DNA sequences contain short sequence motifs that bind transciption factors (TF). Convolutional neural networks (CNNs) have been widely used to learn such sequence motifs in DNA to predict TF binding. However, the convolution operation itself may not be able to capture inter-nucleotide dependencies in sequence motifs, which in turn may drive TF binding specificity. Here, we employ 1st order and 2nd order RNNs to model the sequence motif predictors of TF binding.
Requirements:
python >= 3.5
We suggest using anaconda to create a virtual environment using the provided YAML configuration file:
conda env create -f recurrent_env.yml
Alternatively, to install requirements using pip:
pip install -r requirements.txt
# Clone and navigate to the iTF repository.
cd recurrent-filter-networks
To view help:
python train.py --help
usage: train.py [-h] [--params_yaml]
[--acc_regions_file]
[--network_type]
genome_sizes blacklist fa peaks results_dir
Required Arguments:
- genome_sizes: A standard file that records the chromosome sizes for each chromosome in the genome of interest.

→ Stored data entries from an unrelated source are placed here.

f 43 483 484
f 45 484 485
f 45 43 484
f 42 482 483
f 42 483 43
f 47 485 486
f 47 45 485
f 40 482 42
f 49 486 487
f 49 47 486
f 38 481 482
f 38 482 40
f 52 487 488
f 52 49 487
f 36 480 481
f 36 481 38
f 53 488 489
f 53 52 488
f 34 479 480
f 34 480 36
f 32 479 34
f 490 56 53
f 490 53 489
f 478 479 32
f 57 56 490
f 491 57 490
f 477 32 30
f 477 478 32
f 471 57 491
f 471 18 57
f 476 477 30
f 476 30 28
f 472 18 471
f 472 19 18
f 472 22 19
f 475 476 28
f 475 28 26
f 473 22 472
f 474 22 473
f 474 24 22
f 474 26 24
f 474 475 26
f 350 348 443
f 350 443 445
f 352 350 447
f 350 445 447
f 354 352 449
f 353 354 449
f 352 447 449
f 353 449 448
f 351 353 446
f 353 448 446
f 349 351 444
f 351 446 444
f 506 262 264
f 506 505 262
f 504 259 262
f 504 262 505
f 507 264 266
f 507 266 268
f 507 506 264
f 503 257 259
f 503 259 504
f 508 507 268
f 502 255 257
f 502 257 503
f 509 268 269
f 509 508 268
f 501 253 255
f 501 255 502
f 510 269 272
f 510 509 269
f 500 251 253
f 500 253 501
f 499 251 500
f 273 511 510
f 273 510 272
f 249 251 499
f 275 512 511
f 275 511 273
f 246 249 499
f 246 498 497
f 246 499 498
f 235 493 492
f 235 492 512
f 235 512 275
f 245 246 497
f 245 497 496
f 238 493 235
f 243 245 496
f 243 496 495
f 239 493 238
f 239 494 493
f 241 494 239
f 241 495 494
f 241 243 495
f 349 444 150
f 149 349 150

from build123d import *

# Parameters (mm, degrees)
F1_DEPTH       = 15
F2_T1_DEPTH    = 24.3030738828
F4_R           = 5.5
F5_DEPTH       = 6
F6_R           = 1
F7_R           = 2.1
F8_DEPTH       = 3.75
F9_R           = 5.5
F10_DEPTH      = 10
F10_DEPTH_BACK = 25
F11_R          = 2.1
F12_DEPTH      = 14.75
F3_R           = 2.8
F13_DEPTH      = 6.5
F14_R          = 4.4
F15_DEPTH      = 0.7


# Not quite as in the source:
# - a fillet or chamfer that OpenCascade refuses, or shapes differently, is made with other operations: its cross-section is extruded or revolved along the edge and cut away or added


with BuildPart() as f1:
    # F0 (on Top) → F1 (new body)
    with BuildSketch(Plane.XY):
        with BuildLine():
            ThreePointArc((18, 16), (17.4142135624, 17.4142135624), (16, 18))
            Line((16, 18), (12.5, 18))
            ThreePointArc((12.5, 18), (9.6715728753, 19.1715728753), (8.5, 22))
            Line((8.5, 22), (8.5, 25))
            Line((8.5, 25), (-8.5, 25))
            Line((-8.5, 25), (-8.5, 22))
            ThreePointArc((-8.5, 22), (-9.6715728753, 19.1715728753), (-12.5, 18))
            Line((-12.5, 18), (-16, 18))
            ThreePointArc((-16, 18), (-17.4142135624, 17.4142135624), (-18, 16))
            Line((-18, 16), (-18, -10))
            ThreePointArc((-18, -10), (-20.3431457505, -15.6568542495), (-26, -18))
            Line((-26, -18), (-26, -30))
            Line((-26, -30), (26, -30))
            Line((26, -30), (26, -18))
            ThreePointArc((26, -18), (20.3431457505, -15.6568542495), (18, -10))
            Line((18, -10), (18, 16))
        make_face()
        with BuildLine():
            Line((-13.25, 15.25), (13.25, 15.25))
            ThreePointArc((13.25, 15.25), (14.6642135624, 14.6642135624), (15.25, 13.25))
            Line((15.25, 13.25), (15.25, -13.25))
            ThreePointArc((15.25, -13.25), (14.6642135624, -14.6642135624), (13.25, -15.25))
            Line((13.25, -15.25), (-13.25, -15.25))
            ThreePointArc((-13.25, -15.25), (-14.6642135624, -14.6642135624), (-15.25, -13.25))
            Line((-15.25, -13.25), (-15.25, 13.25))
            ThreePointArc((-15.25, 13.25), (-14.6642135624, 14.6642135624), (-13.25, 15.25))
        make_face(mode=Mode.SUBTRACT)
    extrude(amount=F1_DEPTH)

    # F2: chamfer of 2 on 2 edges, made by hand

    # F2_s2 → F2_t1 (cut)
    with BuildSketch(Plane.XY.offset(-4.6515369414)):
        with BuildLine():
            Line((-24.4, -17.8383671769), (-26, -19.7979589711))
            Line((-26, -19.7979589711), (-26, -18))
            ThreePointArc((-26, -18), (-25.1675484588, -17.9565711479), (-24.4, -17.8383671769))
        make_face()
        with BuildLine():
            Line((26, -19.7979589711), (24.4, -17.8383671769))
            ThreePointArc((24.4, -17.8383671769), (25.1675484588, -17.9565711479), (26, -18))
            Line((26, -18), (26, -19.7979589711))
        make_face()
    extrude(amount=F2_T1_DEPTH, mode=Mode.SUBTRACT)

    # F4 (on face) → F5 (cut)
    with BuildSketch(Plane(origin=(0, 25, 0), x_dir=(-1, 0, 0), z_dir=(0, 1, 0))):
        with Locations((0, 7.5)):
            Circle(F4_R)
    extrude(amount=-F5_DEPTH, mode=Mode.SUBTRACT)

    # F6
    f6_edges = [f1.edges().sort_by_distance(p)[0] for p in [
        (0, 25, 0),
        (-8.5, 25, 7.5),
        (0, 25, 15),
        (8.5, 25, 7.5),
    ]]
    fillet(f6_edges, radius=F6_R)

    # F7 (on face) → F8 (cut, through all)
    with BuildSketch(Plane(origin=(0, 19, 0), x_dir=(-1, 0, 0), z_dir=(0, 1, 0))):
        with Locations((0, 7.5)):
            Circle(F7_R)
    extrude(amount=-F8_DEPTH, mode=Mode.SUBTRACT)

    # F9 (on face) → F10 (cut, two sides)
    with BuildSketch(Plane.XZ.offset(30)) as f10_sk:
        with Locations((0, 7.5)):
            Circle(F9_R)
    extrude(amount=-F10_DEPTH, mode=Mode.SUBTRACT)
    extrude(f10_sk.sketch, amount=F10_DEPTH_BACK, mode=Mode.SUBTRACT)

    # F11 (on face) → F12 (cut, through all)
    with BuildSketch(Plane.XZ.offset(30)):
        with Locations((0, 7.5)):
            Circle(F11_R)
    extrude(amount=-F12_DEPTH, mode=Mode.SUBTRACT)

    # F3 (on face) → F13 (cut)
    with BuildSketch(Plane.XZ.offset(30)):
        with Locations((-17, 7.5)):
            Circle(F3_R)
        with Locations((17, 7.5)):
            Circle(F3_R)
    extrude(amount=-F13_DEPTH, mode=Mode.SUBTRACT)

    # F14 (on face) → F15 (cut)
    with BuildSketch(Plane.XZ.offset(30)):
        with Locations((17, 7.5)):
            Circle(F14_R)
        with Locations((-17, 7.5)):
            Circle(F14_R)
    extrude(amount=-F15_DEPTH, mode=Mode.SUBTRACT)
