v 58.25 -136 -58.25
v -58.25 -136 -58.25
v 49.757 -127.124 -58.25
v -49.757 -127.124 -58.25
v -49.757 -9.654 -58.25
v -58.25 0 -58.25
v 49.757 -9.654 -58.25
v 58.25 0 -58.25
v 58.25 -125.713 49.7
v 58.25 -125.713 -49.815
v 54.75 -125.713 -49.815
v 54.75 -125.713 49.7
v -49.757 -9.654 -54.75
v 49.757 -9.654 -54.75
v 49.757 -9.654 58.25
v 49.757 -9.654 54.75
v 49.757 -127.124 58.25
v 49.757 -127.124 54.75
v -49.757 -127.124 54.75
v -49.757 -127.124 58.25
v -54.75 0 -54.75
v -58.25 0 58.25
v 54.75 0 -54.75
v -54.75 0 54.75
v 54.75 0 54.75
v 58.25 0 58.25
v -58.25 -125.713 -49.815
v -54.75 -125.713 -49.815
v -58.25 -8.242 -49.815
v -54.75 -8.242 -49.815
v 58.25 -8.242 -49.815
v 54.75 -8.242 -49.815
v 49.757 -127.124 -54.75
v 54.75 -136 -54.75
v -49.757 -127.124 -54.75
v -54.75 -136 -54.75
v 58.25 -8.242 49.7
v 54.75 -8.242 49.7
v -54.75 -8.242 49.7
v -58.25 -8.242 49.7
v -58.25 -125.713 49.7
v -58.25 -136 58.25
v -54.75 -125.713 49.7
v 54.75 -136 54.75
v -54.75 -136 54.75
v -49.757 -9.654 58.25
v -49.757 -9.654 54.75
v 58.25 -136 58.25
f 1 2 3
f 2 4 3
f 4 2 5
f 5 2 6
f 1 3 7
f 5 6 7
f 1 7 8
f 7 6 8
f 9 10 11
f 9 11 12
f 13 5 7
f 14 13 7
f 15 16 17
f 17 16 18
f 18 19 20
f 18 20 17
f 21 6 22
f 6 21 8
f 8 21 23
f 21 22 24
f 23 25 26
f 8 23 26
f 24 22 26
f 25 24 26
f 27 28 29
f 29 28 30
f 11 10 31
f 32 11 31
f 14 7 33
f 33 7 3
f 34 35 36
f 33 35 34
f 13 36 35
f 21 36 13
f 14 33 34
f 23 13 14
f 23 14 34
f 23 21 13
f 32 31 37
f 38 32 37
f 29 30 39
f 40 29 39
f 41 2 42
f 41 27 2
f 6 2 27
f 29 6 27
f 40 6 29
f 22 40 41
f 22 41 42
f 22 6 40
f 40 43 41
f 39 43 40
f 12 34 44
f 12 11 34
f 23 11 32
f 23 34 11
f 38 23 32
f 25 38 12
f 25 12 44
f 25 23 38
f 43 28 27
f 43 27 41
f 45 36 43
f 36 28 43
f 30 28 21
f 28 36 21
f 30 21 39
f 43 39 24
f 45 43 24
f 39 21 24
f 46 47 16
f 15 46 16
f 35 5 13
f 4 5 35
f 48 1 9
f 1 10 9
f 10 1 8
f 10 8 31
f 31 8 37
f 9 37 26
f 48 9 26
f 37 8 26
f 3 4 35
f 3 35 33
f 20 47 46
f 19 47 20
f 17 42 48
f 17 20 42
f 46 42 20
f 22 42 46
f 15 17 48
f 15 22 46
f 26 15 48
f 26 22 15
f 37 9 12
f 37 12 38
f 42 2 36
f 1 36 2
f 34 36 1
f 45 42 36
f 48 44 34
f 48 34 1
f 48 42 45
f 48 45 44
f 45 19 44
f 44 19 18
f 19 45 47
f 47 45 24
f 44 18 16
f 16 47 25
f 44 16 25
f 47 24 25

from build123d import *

# Parameters (mm, degrees)
F0_W     = 116.5
F0_H     = 116.5
F0_W_2   = 109.5
F0_H_2   = 109.5
F1_DEPTH = 136
F2_W     = 99.5149090886
F2_H     = 117.4702011049
F3_DEPTH = 186
F4_W     = 117.4702011049
F4_H     = 99.5149090886
F5_DEPTH = 134.2


# Not quite as in the source:
# - a feature of the source that left no trace in its solid (it failed there, or was rolled back) is left out


with BuildPart() as f1:
    # F0 (on Front) → F1 (new body)
    with BuildSketch(Plane.XZ):
        Rectangle(F0_W, F0_H)
        Rectangle(F0_W_2, F0_H_2, mode=Mode.SUBTRACT)
    extrude(amount=F1_DEPTH)

    # F2 (on face) → F3 (cut)
    with BuildSketch(Plane(origin=(0, 0, -58.25), x_dir=(1, 0, 0), z_dir=(0, 0, -1))):
        with Locations((0, 68.3887079358)):
            Rectangle(F2_W, F2_H)
    extrude(amount=-F3_DEPTH, mode=Mode.SUBTRACT)

    # F4 (on face) → F5 (cut)
    with BuildSketch(Plane.YZ.offset(58.25)):
        with Locations((-66.9774990529, -0.0578425825)):
            Rectangle(F4_W, F4_H)
    extrude(amount=-F5_DEPTH, mode=Mode.SUBTRACT)


solid = f1.part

- blacklist: A standard BED format blacklist file. Blacklist files for the human hg38 and hg37 genomes can be found here: https://sites.google.com/site/anshulkundaje/projects/blacklists. Blacklist files for other commonly used genome annotations are here: https://github.com/Boyle-Lab/Blacklist/tree/master/lists
- fa: The complete fasta file for the genome of interest.

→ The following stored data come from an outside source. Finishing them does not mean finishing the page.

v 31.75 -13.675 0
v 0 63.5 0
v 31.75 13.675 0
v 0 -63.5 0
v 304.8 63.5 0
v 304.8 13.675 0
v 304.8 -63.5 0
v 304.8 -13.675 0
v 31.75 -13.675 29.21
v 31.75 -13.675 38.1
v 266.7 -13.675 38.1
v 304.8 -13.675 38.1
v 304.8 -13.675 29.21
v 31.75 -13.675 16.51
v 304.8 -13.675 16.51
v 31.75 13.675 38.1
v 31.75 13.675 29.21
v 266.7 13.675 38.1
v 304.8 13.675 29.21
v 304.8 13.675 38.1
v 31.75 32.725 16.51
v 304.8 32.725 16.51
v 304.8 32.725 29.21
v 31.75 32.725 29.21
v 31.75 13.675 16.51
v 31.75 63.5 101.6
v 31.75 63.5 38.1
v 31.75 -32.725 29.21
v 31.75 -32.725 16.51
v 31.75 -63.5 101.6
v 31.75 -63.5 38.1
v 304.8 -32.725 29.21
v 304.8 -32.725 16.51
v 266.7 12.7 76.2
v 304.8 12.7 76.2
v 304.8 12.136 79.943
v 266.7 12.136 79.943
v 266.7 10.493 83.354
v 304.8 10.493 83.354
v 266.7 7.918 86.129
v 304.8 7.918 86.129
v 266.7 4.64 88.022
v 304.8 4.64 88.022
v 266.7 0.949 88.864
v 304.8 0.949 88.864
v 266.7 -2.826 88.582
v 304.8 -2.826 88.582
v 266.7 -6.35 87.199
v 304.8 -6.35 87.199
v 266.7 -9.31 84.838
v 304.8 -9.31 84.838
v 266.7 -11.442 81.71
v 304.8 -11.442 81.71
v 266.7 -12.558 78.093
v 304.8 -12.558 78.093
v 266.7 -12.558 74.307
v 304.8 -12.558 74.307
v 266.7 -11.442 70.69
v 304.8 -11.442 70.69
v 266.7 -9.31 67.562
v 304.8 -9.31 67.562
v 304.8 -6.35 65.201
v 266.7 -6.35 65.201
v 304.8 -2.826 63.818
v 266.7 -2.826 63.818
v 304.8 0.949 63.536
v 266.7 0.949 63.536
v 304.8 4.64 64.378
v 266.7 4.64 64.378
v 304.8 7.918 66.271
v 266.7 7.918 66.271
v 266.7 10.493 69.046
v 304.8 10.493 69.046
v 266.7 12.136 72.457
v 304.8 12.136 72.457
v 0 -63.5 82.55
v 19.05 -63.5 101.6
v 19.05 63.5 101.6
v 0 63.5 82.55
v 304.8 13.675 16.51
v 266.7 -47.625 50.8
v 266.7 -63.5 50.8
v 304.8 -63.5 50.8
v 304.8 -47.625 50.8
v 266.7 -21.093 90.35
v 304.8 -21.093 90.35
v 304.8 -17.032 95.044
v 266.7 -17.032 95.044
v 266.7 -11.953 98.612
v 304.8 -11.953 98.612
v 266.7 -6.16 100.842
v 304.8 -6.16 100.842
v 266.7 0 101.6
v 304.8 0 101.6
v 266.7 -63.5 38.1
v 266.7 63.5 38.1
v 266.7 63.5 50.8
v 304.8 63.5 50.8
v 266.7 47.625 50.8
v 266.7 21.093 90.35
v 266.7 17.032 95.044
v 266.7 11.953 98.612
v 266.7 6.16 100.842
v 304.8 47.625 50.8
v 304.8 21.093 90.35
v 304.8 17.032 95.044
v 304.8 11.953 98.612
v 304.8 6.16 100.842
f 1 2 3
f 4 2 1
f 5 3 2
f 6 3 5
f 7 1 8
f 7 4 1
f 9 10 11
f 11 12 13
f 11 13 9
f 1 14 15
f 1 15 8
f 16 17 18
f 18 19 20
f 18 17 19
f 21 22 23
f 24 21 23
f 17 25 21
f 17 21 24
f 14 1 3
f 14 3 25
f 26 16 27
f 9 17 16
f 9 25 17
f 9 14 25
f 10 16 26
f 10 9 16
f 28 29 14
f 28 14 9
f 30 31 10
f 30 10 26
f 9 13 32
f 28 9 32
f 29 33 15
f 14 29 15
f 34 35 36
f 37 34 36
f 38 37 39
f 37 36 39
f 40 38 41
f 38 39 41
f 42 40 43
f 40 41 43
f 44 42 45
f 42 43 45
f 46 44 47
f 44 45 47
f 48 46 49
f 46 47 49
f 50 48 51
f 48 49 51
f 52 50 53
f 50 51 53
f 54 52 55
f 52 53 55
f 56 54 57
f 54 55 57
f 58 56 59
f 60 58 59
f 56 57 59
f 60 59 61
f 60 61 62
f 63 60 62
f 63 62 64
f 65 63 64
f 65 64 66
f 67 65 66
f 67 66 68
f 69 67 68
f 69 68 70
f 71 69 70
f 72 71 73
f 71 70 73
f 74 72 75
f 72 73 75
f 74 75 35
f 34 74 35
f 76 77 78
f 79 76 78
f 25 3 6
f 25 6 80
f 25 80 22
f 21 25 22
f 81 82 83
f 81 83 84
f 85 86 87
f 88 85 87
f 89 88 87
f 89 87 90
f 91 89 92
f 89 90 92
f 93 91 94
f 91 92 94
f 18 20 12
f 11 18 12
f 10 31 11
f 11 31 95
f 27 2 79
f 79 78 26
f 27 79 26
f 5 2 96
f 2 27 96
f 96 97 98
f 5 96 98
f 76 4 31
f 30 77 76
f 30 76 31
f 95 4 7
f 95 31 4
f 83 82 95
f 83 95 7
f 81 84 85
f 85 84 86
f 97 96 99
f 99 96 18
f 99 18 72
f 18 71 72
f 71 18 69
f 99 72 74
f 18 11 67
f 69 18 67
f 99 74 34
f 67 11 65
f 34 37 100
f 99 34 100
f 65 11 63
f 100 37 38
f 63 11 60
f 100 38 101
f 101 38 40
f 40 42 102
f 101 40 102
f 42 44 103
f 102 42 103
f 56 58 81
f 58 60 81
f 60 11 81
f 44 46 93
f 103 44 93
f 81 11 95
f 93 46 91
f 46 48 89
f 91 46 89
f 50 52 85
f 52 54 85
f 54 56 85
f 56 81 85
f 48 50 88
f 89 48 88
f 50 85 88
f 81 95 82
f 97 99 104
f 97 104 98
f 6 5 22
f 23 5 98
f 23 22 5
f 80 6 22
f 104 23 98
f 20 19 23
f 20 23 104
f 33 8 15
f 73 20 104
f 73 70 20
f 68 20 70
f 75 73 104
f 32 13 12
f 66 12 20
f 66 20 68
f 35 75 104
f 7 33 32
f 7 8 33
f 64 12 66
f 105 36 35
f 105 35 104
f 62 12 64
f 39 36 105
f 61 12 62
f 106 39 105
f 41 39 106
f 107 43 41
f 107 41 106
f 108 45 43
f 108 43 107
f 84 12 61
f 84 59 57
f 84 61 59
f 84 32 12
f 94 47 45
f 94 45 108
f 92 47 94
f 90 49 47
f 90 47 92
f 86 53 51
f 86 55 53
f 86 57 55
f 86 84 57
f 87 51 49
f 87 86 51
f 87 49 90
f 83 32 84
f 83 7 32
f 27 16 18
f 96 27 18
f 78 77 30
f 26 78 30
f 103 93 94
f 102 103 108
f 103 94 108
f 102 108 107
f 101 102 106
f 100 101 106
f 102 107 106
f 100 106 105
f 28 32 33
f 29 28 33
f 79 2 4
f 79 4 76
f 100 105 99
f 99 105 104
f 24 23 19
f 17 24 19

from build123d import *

# Parameters (mm, degrees)
F0_W     = 304.8
F0_H     = 101.6
F1_DEPTH = 63.5
F2_W     = 234.95
F2_H     = 63.5
F3_DEPTH = 127.001
F4_SIZE2 = 19.05
F4_SIZE  = 19.05
F5_R     = 12.7
F6_DEPTH = 38.1
F8_DEPTH = 273.05


with BuildPart() as f1:
    # F0 (on Front) → F1 (new body, symmetric)
    with BuildSketch(Plane.XZ):
        with Locations((152.4, 50.8)):
            Rectangle(F0_W, F0_H)
    extrude(amount=F1_DEPTH, both=True)

    # F2 (on face) → F3 (cut, through all)
    with BuildSketch(Plane.XZ.offset(63.5)):
        with Locations((149.225, 69.85)):
            Rectangle(F2_W, F2_H)
    extrude(amount=-F3_DEPTH, mode=Mode.SUBTRACT)

    # F4
    f4_edges = [f1.edges().sort_by_distance(p)[0] for p in [
        (0, 0, 101.6),
    ]]
    chamfer(f4_edges, length=F4_SIZE, length2=F4_SIZE2)

    # F5 (on face) → F6 (cut)
    with BuildSketch(Plane.YZ.offset(304.8)):
        with BuildLine():
            Line((-63.5, 101.6), (-63.5, 50.8))
            Line((-63.5, 50.8), (-47.625, 50.8))
            Line((-47.625, 50.8), (-21.093426, 90.350173))
            ThreePointArc((-21.093426, 90.350173), (-11.952941, 98.611765), (0, 101.6))
            Line((0, 101.6), (-63.5, 101.6))
        make_face()
        with BuildLine():
            Line((63.5, 101.6), (0, 101.6))
            ThreePointArc((0, 101.6), (11.952941, 98.611765), (21.093426, 90.350173))
            Line((21.093426, 90.350173), (47.625, 50.8))
            Line((47.625, 50.8), (63.5, 50.8))
            Line((63.5, 50.8), (63.5, 101.6))
        make_face()
        with Locations((0, 76.2)):
            Circle(F5_R)
    extrude(amount=-F6_DEPTH, mode=Mode.SUBTRACT)

    # F7 (on face) → F8 (cut)
    with BuildSketch(Plane.YZ.offset(304.8)):
        Polygon((-13.675422, 0), (0, 0), (13.675422, 0), (13.675422, 16.51), (32.725422, 16.51), (32.725422, 29.21), (13.675422, 29.21), (13.675422, 38.1), (0, 38.1), (-13.675422, 38.1), (-13.675422, 29.21), (-32.725422, 29.21), (-32.725422, 16.51), (-13.675422, 16.51), align=None)
    extrude(amount=-F8_DEPTH, mode=Mode.SUBTRACT)


solid = f1.part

- peaks: File containing ChIP-seq peaks in the multiGPS events format. Each row records one ChIP-seq peak.
Sample peaks file:
chr1:247890 chr7:1288919 ... chrX:89129
- results_dir: Output directory for storing the Model performance.
Optional Arguments:
-
params_yaml: YAML file that contains network hyper-parameters. If this argument is not provided, default parameter settings will be used. Sample YAML file:
parameters: batch_size: 512 ratio: [5, 6, 4] patience: 8 lr: 0.0008 optimizer: 'adam' steps: 2500 filter_width: 20 no_of_filters: 128
-
acc_regions_file: A BED file with accessible genomics regions. If this argument is provided, the selection procedure for negative training batches does not consider chromatin accessibility.
-
network_type: 'RNF' or 'CNN'. If this argument is not provided, a default recurrent network is trained.